Europeans made up the bulks of their "customers," the article didn't mention how many Yankees participated.

Tax Form 1040(OY)

Let's suppose that, against all odds, you've successfully navigated the site and enrolled in an ObamaPlan. And let's further suppose that, against all odds again, you're deemed eligible for a subsidy.

Now - and bear with me here - let's suppose even further that you're gainfully employed and need to file your taxes. Piece of cake, right?


"Obamacare customers won’t be able to file their tax returns next year until the government sends them a form detailing their coverage and tax credits"

Well, we're all familiar with the prompt, efficient and accountable IRS, so no problem, right?


If you're due a refund, well then you're stuck: until you can attach those forms to your return, you're getting bupkis.

But that may be the least of it: what if you owe taxes? You can't complete the return without the form, so will you now owe penalties and interest, too?

And there's this: if you miscalculated (or just had a stroke of mid-year good luck) and end up making too much income, you're going to have to refund at least some of your subsidy back to Uncle Sugar. That's only fair, right?

Click here for a more detailed explication.

Carefree, or Free to Care?

Dr Rob Lamberts (whom we interviewed a few short years ago, when he dove into the concierge medicine pool) has a touching, sad but ultimately hopeful post on end of life care, and the compassion one can bring to the table:

"Thank you, sir, for letting me into your home.  Thank you for trusting me when you didn't want to trust a doctor.  Thank you for letting me help you stay at home and live out your last days as you wanted them to be."

Read the whole thing.

Thursday, August 21, 2014

What's Old is New: The AMA, Medicare and Value

Almost four years ago, we wrote about a little known committee, nestled deep in the bowels of the American Medical Association (AMA), that exercised outsized power over how much money doctors will receive in Medicare reimbursements:

"Three times a year, 29 doctors gather around a table in a hotel meeting room. Their job is an unusual one: divvying up billions of Medicare dollars"

As reported at the time in the Wall Street Journal, "the influence of the secretive panel, known as the Relative Value Scale Update Committee, is enormous ... the impact of the decisions made by the doctors on the RUC goes well beyond physician fees"

And indeed, the effects are still incredible: that committee "with the assent of the government, has enormous power to determine Medicare prices by assessing the relative value of the services that physicians perform."
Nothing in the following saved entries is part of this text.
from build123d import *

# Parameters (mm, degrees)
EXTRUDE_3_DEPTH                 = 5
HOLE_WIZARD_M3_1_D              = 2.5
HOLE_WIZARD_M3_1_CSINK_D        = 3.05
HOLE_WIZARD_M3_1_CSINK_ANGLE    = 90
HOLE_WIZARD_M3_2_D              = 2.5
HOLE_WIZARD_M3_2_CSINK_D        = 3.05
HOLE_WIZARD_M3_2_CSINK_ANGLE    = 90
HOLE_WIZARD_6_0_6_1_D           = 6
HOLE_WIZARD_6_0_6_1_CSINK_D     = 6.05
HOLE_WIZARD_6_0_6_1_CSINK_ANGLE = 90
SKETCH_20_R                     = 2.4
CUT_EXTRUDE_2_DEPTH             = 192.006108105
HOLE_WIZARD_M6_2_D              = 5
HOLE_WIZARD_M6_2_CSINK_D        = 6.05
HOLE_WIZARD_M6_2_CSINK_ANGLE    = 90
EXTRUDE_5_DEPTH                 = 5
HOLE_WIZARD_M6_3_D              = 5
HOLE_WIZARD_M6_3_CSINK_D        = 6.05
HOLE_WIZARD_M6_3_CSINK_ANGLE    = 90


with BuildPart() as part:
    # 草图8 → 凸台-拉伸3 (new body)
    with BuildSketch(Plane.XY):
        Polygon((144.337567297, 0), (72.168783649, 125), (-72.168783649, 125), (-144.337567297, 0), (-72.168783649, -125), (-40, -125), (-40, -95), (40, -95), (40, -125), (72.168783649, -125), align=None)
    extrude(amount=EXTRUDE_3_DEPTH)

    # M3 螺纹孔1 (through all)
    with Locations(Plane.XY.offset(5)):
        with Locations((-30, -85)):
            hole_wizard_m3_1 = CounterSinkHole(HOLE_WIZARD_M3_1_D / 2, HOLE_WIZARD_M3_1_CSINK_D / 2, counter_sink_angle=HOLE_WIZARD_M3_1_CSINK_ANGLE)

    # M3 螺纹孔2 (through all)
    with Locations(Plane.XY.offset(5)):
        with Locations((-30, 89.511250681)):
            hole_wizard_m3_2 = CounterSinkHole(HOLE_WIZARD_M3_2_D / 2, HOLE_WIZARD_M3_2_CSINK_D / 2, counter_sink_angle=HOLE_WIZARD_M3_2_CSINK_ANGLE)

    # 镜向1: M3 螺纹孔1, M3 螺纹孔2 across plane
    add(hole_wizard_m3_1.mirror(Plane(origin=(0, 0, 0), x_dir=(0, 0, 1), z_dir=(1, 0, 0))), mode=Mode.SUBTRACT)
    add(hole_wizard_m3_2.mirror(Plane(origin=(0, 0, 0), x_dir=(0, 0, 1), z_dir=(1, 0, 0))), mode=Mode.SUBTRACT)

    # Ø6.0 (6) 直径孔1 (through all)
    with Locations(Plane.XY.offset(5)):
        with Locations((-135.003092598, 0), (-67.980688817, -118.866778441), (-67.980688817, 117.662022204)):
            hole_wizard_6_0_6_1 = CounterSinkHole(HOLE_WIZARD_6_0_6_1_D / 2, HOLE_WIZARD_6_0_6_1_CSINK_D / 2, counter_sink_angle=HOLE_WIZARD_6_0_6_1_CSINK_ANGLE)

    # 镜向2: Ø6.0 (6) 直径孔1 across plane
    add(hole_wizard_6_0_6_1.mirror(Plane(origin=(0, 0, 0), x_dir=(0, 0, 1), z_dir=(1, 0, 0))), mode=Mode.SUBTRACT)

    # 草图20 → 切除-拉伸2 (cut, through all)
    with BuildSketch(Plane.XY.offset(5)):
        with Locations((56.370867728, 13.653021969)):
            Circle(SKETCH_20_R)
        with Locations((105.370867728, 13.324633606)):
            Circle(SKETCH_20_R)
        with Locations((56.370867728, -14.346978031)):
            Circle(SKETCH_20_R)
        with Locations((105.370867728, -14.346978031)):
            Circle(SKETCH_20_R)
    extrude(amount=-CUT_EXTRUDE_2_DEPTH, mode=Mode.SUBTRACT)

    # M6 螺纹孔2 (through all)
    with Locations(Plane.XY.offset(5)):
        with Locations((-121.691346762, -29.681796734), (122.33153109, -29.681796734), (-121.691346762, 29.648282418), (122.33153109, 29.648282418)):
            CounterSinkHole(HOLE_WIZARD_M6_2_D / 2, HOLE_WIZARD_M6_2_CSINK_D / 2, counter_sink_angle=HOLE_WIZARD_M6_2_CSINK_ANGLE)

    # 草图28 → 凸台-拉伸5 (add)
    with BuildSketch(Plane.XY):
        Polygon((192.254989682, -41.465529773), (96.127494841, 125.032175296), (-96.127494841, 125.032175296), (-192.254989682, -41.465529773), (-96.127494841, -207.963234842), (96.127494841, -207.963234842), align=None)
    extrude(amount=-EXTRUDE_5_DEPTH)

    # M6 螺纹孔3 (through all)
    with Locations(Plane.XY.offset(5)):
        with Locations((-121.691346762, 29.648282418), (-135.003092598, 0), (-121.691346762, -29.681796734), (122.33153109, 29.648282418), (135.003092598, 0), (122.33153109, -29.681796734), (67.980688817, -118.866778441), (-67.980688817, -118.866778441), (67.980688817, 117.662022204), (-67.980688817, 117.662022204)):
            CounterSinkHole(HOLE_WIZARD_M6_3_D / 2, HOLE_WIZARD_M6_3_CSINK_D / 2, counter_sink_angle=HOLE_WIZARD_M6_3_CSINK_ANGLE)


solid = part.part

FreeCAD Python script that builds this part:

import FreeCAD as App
import Part
import Sketcher
from FreeCAD import Vector
Q = App.Units.Quantity

doc = App.newDocument("Part")
body = doc.addObject("PartDesign::Body", "Body")

# Sketch on XY plane
sketch1 = body.newObject("Sketcher::SketchObject", "Sketch")
sketch1.AttachmentSupport = (doc.getObject("XY_Plane"), [""])
sketch1.MapMode = "FlatFace"
sketch1.addGeometry([
    Part.LineSegment(Vector(144, 0, 0), Vector(72, 125, 0)),  # 0
    Part.LineSegment(Vector(72, 125, 0), Vector(-72, 125, 0)),  # 1
    Part.LineSegment(Vector(-72, 125, 0), Vector(-144, 0, 0)),  # 2
    Part.LineSegment(Vector(-144, 0, 0), Vector(-72, -125, 0)),  # 3
    Part.LineSegment(Vector(-72, -125, 0), Vector(-40, -125, 0)),  # 4
    Part.LineSegment(Vector(-40, -125, 0), Vector(-40, -95, 0)),  # 5
    Part.LineSegment(Vector(-40, -95, 0), Vector(40, -95, 0)),  # 6
    Part.LineSegment(Vector(40, -95, 0), Vector(40, -125, 0)),  # 7
    Part.LineSegment(Vector(40, -125, 0), Vector(72, -125, 0)),  # 8
    Part.LineSegment(Vector(72, -125, 0), Vector(144, 0, 0)),  # 9
], False)
sketch1.addConstraint([
    Sketcher.Constraint("Coincident", 0, 2, 1, 1),
    Sketcher.Constraint("Coincident", 1, 2, 2, 1),
    Sketcher.Constraint("Coincident", 2, 2, 3, 1),
    Sketcher.Constraint("Coincident", 3, 2, 4, 1),
    Sketcher.Constraint("Coincident", 4, 2, 5, 1),
    Sketcher.Constraint("Coincident", 5, 2, 6, 1),
    Sketcher.Constraint("Coincident", 6, 2, 7, 1),
    Sketcher.Constraint("Coincident", 7, 2, 8, 1),
    Sketcher.Constraint("Coincident", 8, 2, 9, 1),
    Sketcher.Constraint("Coincident", 9, 2, 0, 1),
    Sketcher.Constraint("Horizontal", 1),
    Sketcher.Constraint("Horizontal", 4),
    Sketcher.Constraint("Vertical", 5),
    Sketcher.Constraint("Horizontal", 6),
    Sketcher.Constraint("Vertical", 7),
    Sketcher.Constraint("Horizontal", 8),
    Sketcher.Constraint("Symmetric", 0, 2, 3, 2, -1, 1),
    Sketcher.Constraint("Symmetric", 1, 2, 8, 2, -1, 1),
    Sketcher.Constraint("Symmetric", 2, 2, 9, 2, -1, 1),
    Sketcher.Constraint("PointOnObject", 2, 2, -1),
    Sketcher.Constraint("Vertical", 1, 2, 3, 2),
    Sketcher.Constraint("Equal", 4, 8),
    Sketcher.Constraint("DistanceX", 6, 1, 6, 2, 80.0),
    Sketcher.Constraint("DistanceY", 5, 1, 5, 2, 30.0),
    Sketcher.Constraint("Angle", 0, Q("120 deg")),
    Sketcher.Constraint("DistanceY", -1, 1, 0, 2, 125.0),
    Sketcher.Constraint("DistanceX", 1, 2, 1, 1, 144.337567),
])
pad1 = body.newObject("PartDesign::Pad", "Pad")
pad1.Profile = sketch1
pad1.Length = 5

# Sketch on XY plane
sketch2 = body.newObject("Sketcher::SketchObject", "Sketch001")
sketch2.AttachmentSupport = (doc.getObject("XY_Plane"), [""])
sketch2.MapMode = "FlatFace"
sketch2.AttachmentOffset = App.Placement(Vector(0, 0, 5), App.Rotation())
sketch2.addGeometry(Part.Circle(Vector(-30, -85, 0), Vector(0, 0, 1), 1.2), False)
sketch2.addConstraint([
    Sketcher.Constraint("Diameter", 0, 2.5),
    Sketcher.Constraint("DistanceX", 0, 3, -1, 1, 30.0),
    Sketcher.Constraint("DistanceY", 0, 3, -1, 1, 85.0),
])
doc.recompute()
hole = body.newObject("PartDesign::Hole", "Hole")
hole.Profile = sketch2
hole.ThreadType = "None"
hole.Diameter = 2.5
hole.DepthType = "ThroughAll"
hole.HoleCutType = "Countersink"
hole.HoleCutDiameter = 3.05
hole.HoleCutCountersinkAngle = 90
Pretty cozy: the government feeds them, and they divvy up the loot. Nice gig (for them).

But how does that affect thee and me?

Well, it's actually not that complicated: Primary Care docs (representing about 30% of US physicians) are at the bottom of the food chain, even though they are critical frontline actors when it comes to assessing a problem and recommending alternatives. And by "alternatives," we increasingly mean "specialists." And how does that work?


"[T]he committee has ... skewed Medicare fees in favor of expensive specialists over ordinary general practitioners ... Because Medicare fees are the baseline for the rest of the pricing in the health care system, this has had a broad effect, contributing to a situation where primary care doctors are in general underpaid, underappreciated."

Now , we're not playing the Rich Doctor, Poor Doctor game here, but it's worth noting that the docs who are most involved in our initial care are the ones with the least time at the payment feeding-trough. Here's why: Medicare fees drive (to a significant extent) private insurers' reimbursement schedules. So when that Relative Value committee essentially sets Medicare's fees, they're also effectively setting Anthem's, and Aetna's and Humana's (to name a few). And since most (but not all) docs still accept insurance, the effect is magnified.

It's also worth remembering that the AMA itself represents less than 17% of all US physicians, yet wields this enormous power with little (if any) accountability or oversight. Food for thought.